Hintersatz, Wilhelm
Wilhelm Hintersatz, ab 1919 Wilhelm Harun-el-Raschid Bey (bei der SS als Wilhelm Harun-el-Raschid Bey-Hintersatz geführt; 26. Mai 1886 in Senftenberg, Lausitz; 29. März 1963 in Lübeck) war ein deutscher Offizier der Preußischen Armee, des Deutschen Heeres, der Osmanischen Armee, der Freikorps, der Wehrmacht und der Waffen-SS, zuletzt SS-Standartenführer und Kommandeur des Osttürkischen Waffen-Verbandes der SS (→ Ostlegionen) im Zweiten Weltkrieg sowie wissenschaftlicher Rutengänger und Schriftsteller (oft nur mit dem Kürzel H. e. R.).
Inhaltsverzeichnis
Beförderungen und Werdegang
- 1904 nach Abitur Eintritt in das Infanterie-Regiment „von Stülpnagel“ (5. Brandenburgisches) Nr. 48 als Fahnenjunker
- 15. Februar 1905 Leutnant
- 17. Februar 1914 Oberleutnant
- u. a. Ordonnanzoffizier in der 9. Infanterie-Brigade/III. Armeekorps (die Brigade unter Konrad Graf Finck von Finckenstein wurde am 29. März 1915 aufgelöst)
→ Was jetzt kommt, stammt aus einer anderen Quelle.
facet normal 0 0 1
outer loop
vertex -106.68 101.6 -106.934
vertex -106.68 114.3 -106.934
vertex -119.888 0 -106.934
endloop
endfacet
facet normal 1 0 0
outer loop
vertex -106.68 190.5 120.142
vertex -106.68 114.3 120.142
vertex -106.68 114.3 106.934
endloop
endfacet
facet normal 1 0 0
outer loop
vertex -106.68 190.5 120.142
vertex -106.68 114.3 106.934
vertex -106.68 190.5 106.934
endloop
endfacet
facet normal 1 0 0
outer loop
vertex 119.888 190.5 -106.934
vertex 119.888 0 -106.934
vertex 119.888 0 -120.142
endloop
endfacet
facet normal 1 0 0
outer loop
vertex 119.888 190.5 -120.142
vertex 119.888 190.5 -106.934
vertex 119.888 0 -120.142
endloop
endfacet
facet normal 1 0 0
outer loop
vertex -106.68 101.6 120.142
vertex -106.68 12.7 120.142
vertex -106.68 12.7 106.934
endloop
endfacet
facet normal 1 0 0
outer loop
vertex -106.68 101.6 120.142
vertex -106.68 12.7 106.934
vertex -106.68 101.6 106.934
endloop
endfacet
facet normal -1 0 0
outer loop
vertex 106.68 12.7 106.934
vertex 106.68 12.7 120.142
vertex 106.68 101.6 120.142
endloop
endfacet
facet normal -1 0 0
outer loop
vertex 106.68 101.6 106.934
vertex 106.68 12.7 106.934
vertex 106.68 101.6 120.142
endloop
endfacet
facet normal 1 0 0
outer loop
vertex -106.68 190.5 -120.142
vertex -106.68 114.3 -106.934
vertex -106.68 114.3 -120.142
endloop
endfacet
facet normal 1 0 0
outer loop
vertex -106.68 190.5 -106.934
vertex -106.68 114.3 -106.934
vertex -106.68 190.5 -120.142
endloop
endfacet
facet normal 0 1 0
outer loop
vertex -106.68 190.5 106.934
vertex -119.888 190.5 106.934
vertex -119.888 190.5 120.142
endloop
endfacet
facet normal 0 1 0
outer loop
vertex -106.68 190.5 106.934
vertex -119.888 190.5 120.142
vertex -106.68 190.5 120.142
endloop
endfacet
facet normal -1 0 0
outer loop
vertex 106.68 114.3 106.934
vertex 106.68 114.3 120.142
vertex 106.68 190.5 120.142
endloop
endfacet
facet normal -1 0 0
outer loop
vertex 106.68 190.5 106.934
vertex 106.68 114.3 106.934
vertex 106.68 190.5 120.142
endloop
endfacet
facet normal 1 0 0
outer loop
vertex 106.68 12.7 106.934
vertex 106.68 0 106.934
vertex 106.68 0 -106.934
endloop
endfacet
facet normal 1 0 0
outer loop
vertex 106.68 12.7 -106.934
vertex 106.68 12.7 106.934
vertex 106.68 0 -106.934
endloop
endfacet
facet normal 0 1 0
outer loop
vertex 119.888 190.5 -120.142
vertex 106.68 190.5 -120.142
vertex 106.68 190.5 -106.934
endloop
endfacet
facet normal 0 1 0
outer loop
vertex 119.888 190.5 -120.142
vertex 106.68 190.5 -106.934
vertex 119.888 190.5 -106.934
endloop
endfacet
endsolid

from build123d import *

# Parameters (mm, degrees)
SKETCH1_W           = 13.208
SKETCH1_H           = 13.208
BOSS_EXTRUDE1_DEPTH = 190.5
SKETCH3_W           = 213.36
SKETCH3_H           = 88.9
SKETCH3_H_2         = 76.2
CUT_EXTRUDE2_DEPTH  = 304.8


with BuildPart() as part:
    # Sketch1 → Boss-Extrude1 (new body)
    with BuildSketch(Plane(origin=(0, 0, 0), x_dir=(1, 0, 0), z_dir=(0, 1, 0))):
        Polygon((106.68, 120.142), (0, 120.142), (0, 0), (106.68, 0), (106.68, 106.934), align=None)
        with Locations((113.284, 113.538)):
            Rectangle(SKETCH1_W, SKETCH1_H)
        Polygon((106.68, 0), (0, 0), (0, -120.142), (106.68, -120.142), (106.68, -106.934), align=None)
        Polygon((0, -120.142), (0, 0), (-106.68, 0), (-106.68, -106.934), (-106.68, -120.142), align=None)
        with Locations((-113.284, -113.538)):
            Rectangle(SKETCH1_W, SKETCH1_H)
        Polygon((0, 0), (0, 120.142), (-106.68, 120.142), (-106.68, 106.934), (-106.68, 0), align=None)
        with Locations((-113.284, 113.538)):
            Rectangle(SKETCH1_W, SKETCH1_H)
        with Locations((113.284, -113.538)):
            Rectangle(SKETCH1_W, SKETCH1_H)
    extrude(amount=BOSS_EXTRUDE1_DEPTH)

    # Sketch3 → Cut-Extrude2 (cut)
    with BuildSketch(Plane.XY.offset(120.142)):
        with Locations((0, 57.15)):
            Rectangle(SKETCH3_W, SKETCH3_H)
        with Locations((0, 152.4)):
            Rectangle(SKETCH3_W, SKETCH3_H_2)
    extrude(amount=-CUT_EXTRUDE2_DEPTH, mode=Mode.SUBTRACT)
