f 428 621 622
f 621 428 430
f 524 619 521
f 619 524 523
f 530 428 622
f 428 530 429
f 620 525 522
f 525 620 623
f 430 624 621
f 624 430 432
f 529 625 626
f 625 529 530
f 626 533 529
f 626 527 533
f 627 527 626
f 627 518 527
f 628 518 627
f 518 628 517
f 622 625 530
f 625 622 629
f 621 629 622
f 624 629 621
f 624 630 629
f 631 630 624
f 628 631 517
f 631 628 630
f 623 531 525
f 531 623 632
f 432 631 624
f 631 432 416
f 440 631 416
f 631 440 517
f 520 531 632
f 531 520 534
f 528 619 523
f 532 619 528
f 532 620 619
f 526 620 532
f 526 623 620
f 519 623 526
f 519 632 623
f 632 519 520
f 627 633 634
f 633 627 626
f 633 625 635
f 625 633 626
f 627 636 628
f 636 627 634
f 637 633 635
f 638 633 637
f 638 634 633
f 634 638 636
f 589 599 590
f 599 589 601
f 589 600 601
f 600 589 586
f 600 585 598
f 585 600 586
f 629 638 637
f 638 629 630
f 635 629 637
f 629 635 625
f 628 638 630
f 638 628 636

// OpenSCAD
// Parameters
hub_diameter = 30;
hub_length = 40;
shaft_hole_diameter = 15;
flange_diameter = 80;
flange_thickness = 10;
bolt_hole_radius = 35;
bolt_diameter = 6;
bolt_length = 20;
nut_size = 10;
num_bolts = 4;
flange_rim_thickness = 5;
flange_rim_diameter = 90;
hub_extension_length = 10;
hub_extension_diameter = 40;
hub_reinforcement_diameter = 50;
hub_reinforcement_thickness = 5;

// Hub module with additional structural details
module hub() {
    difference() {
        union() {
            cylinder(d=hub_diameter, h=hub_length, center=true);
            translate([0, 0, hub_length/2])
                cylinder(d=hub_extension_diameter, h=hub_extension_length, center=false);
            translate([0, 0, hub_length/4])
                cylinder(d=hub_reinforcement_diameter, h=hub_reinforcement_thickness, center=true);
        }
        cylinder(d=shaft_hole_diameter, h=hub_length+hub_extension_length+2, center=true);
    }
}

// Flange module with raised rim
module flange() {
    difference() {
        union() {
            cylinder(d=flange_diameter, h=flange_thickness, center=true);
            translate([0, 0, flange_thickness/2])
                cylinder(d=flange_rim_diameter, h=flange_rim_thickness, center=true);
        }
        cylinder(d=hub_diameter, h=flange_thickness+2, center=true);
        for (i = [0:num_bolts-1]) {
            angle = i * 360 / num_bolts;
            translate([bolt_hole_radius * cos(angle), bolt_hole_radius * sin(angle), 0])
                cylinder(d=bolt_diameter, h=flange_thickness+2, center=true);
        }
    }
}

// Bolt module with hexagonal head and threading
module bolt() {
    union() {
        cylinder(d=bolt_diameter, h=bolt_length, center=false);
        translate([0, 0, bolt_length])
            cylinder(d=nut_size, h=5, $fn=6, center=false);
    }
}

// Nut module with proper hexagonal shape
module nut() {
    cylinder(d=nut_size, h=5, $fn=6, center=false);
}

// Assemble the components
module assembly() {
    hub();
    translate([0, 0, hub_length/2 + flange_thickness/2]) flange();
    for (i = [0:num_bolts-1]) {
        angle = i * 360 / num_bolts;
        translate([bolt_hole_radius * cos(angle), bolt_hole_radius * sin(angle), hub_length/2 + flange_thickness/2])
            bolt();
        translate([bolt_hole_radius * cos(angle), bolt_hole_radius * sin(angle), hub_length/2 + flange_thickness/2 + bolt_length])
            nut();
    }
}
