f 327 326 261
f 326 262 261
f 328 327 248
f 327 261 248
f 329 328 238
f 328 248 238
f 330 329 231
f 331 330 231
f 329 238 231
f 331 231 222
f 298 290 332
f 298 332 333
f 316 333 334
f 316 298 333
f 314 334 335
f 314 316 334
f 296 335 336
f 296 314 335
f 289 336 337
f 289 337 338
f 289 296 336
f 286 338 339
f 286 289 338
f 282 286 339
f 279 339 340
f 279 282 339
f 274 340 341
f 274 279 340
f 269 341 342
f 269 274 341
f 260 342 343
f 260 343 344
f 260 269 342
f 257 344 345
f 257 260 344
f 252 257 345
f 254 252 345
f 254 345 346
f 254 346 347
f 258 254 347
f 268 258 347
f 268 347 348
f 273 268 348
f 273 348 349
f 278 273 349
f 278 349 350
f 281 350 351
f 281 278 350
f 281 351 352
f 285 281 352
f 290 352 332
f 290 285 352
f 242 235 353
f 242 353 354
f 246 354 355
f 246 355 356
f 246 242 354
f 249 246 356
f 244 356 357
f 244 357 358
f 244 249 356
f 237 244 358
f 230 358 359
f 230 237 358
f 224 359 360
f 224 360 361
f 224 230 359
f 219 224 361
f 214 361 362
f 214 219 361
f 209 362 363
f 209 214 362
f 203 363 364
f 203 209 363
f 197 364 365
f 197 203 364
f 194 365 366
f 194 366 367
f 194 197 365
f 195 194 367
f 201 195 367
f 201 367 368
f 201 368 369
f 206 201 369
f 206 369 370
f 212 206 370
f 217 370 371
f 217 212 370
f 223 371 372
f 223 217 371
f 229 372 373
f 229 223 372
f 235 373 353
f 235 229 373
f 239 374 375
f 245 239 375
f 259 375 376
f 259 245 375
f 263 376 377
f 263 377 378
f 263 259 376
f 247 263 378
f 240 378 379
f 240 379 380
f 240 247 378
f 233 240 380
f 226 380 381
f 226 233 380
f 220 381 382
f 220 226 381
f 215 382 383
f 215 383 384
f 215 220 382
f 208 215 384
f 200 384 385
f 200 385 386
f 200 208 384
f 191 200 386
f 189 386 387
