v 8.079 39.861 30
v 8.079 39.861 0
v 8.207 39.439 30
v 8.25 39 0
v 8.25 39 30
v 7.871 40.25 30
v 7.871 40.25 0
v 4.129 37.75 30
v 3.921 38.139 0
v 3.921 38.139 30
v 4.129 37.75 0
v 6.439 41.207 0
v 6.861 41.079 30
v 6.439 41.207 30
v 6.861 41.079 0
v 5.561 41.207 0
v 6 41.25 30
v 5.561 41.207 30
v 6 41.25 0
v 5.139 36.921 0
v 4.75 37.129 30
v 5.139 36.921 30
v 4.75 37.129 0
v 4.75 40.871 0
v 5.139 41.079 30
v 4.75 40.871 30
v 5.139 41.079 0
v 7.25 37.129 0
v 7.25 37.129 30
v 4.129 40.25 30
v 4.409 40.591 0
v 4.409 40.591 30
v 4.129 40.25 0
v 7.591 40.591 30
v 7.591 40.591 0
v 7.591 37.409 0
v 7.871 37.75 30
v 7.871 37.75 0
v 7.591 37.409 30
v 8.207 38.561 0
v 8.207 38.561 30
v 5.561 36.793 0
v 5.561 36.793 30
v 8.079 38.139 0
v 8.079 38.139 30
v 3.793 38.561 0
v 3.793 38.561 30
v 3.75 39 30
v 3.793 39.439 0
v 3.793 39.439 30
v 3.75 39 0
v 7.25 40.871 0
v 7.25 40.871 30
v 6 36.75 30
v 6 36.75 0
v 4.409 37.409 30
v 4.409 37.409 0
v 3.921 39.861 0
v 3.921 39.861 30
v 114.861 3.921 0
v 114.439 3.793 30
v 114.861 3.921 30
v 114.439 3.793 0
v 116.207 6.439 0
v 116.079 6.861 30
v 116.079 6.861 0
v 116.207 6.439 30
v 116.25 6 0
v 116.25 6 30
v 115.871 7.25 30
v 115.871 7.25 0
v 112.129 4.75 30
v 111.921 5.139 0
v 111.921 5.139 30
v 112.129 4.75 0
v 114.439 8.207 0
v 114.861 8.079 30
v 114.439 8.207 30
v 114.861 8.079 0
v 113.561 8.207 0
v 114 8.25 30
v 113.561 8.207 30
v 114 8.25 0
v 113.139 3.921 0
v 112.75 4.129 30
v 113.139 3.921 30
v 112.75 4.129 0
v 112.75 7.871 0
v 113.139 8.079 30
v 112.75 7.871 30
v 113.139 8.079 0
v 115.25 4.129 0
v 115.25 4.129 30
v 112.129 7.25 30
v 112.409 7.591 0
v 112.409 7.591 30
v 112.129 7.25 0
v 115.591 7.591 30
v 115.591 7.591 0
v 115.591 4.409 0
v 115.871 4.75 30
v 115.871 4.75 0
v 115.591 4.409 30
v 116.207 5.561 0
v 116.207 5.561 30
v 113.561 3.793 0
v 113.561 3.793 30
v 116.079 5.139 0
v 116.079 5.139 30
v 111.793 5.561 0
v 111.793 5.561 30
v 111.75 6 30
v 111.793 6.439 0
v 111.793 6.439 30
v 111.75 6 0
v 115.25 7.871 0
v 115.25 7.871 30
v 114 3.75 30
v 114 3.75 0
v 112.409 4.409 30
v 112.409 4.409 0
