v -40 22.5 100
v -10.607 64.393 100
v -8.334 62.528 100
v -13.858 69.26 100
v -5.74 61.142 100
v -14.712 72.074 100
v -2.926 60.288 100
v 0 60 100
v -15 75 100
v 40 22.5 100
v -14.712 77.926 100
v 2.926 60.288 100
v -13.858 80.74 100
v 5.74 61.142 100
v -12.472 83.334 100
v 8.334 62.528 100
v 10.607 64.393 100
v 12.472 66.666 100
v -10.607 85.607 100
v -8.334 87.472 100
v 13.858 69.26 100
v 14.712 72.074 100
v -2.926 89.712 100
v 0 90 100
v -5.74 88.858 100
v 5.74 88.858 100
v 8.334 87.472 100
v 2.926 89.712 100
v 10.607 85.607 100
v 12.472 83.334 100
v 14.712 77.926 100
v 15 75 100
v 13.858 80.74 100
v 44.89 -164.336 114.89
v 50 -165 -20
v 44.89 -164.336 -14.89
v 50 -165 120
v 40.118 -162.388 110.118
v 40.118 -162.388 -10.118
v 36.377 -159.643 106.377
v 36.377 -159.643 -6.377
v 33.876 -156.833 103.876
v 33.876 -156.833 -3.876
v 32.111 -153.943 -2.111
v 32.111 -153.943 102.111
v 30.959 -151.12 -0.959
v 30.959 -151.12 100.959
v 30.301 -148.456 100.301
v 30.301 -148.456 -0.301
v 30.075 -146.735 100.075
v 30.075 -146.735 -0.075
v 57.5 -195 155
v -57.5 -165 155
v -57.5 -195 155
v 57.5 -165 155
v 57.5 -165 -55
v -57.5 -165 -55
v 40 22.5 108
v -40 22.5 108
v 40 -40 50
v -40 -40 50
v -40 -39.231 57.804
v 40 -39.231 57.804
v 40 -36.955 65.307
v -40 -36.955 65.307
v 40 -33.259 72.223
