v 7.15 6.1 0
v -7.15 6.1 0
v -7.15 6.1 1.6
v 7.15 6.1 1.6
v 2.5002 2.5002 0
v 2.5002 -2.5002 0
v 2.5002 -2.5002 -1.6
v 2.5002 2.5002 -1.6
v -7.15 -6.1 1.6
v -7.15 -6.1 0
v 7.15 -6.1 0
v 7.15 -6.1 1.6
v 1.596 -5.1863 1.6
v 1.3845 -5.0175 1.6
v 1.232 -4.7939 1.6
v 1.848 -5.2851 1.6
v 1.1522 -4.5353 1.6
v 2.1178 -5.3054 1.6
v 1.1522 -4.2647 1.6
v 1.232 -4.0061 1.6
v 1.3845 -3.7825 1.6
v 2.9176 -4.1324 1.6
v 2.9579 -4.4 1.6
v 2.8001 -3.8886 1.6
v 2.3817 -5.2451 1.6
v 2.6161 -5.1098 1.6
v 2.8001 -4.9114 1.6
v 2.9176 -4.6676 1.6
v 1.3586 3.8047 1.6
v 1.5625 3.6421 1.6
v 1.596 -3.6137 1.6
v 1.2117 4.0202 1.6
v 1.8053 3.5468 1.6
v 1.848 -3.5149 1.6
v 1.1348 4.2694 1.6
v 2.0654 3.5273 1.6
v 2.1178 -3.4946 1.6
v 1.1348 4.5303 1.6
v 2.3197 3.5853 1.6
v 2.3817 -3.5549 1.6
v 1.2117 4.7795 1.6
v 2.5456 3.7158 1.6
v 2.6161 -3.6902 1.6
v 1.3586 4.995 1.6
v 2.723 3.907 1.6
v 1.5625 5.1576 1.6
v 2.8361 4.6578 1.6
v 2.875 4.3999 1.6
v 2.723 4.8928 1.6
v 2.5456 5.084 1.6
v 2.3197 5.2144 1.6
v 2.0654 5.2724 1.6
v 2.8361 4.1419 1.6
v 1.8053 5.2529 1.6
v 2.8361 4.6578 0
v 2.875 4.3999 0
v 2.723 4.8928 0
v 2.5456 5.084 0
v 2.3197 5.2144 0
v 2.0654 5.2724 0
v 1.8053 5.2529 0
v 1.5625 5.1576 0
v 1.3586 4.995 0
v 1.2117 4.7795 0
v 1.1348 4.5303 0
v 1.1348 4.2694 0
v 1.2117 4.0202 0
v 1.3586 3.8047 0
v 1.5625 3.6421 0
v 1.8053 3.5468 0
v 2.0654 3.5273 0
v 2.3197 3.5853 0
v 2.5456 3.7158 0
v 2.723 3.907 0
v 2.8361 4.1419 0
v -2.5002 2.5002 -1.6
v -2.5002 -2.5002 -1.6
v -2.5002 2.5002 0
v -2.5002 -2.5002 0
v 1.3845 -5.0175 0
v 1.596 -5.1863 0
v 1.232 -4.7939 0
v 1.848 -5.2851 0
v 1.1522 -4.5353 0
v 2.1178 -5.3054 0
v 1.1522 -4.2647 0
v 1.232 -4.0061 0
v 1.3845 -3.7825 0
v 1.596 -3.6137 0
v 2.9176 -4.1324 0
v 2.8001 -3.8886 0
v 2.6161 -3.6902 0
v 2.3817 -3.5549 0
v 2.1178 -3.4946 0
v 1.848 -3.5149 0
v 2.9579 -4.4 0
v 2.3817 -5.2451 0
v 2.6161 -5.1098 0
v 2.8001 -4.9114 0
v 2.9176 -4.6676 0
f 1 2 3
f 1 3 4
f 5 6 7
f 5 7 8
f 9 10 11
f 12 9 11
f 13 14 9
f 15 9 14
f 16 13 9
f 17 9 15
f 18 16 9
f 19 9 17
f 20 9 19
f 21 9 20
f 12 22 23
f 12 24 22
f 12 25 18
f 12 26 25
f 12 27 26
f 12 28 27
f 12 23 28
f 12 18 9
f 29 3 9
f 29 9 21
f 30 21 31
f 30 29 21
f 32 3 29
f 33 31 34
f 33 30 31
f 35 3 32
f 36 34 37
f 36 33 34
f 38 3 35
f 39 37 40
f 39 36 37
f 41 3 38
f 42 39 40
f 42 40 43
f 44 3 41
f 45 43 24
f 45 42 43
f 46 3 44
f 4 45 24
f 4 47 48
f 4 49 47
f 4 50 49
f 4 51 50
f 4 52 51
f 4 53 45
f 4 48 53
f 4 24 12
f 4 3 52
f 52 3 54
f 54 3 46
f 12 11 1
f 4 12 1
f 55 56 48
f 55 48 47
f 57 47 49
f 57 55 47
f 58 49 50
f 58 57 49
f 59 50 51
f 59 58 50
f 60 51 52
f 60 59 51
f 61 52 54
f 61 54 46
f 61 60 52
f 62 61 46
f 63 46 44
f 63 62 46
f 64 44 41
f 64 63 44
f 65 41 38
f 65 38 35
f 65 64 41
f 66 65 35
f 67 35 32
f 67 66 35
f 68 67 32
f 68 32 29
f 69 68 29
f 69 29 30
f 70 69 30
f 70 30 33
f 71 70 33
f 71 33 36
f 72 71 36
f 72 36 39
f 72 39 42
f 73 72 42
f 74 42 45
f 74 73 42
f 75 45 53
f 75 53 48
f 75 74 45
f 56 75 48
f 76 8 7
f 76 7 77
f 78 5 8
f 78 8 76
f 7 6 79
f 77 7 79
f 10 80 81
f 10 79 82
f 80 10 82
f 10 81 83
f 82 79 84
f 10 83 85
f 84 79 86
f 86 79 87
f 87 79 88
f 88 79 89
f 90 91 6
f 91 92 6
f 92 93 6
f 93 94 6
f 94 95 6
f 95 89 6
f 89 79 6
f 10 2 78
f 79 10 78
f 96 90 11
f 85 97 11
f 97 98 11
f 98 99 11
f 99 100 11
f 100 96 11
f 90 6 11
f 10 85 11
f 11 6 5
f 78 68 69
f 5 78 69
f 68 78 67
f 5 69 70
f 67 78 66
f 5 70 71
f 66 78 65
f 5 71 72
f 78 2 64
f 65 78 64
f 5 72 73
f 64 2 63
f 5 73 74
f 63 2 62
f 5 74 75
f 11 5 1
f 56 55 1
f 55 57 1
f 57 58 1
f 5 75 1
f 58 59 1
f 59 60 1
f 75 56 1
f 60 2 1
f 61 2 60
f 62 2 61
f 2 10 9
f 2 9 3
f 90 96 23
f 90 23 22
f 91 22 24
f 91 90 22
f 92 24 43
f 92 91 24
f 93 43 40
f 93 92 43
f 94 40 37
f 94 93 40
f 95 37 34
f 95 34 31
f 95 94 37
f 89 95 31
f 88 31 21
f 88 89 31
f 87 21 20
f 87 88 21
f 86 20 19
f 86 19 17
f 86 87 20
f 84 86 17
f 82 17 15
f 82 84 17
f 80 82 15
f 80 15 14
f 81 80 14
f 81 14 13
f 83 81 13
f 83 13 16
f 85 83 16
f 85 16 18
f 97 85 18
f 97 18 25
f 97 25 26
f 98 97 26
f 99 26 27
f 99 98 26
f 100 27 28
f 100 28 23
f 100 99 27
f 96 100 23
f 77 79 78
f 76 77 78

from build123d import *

# Parameters (mm, degrees)
SKETCH_1_W      = 14.3
SKETCH_1_H      = 12.2
SKETCH_1_R      = 0.875
SKETCH_1_R_2    = 0.907902719
EXTRUDE_1_DEPTH = 1.6
SKETCH_2_W      = 5.000412462
SKETCH_2_H      = 5.000412462
EXTRUDE_2_DEPTH = 1.6


with BuildPart() as part:
    # 草图1 → 凸台-拉伸1 (new body)
    with BuildSketch(Plane.XY):
        Rectangle(SKETCH_1_W, SKETCH_1_H)
        with Locations((2, 4.399857953)):
            Circle(SKETCH_1_R, mode=Mode.SUBTRACT)
        with Locations((2.05, -4.4)):
            Circle(SKETCH_1_R_2, mode=Mode.SUBTRACT)
    extrude(amount=EXTRUDE_1_DEPTH)

    # 草图2 → 凸台-拉伸2 (add)
    with BuildSketch(Plane(origin=(0, 0, 0), x_dir=(-1, 0, 0), z_dir=(0, 0, -1))):
        Rectangle(SKETCH_2_W, SKETCH_2_H)
    extrude(amount=EXTRUDE_2_DEPTH)


solid = part.part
- vom 15. Februar bis 23. Februar 1915 Unterstützung von Oberleutnant von der Heyden bei der Ausbildung der ersten finnischen Freiwilligen des späteren Königlich-Preußischen Jäger-Bataillons Nr. 27 in der Privatwohnung des Vater von der Heyden (Lützowstraße 109–110) zur Überbrückung der Wartezeit, bis die offizielle Ausbildung begann.[3]
- 18. Juni 1915 Hauptmann
- Kommandierung zur Flugzeugführerausbildung; bis April 1916 Staffelführer in der Fliegertruppe; da er später u. a. auch das Flandernkreuz verliehen bekam, erscheint es durchaus möglich, daß er den Seefliegern bzw. den Marine-Feldfliegern des Marinekorps Flandern zugeteilt war.
- Ausbilder finnischer Freiwilliger beim III. Armee-Korps, die später den Kern der von der Sowjetunion unabhängigen finnischen Armee werden sollten
- 1916/17 Adjutant der 21. Landwehr-Division
- September 1917 als Ausbilder der deutschen Militärmission zum Generalstab der Osmanischen Armee kommandiert
- 1919 mit dem Charakter als Major a. D. aus der Vorläufigen Reichswehr verabschiedet
- 1919/20 Konvertierung zum Islam, Änderung des Namens in Wilhelm Harun-el-Raschid Bey; sein Vorbild Hārūn ar-Raschīd („Aaron der Rechtgeleitete“), der auch eine historische Rolle in „Tausendundeine Nacht“ spielt, war ein abbasidischer Kalif (Bagdad), der gegen das Oströmische Reich kämpfte und diplomatische Beziehungen zu Karl dem Großen pflegte, den er schätzte und als Verbündeten ansah.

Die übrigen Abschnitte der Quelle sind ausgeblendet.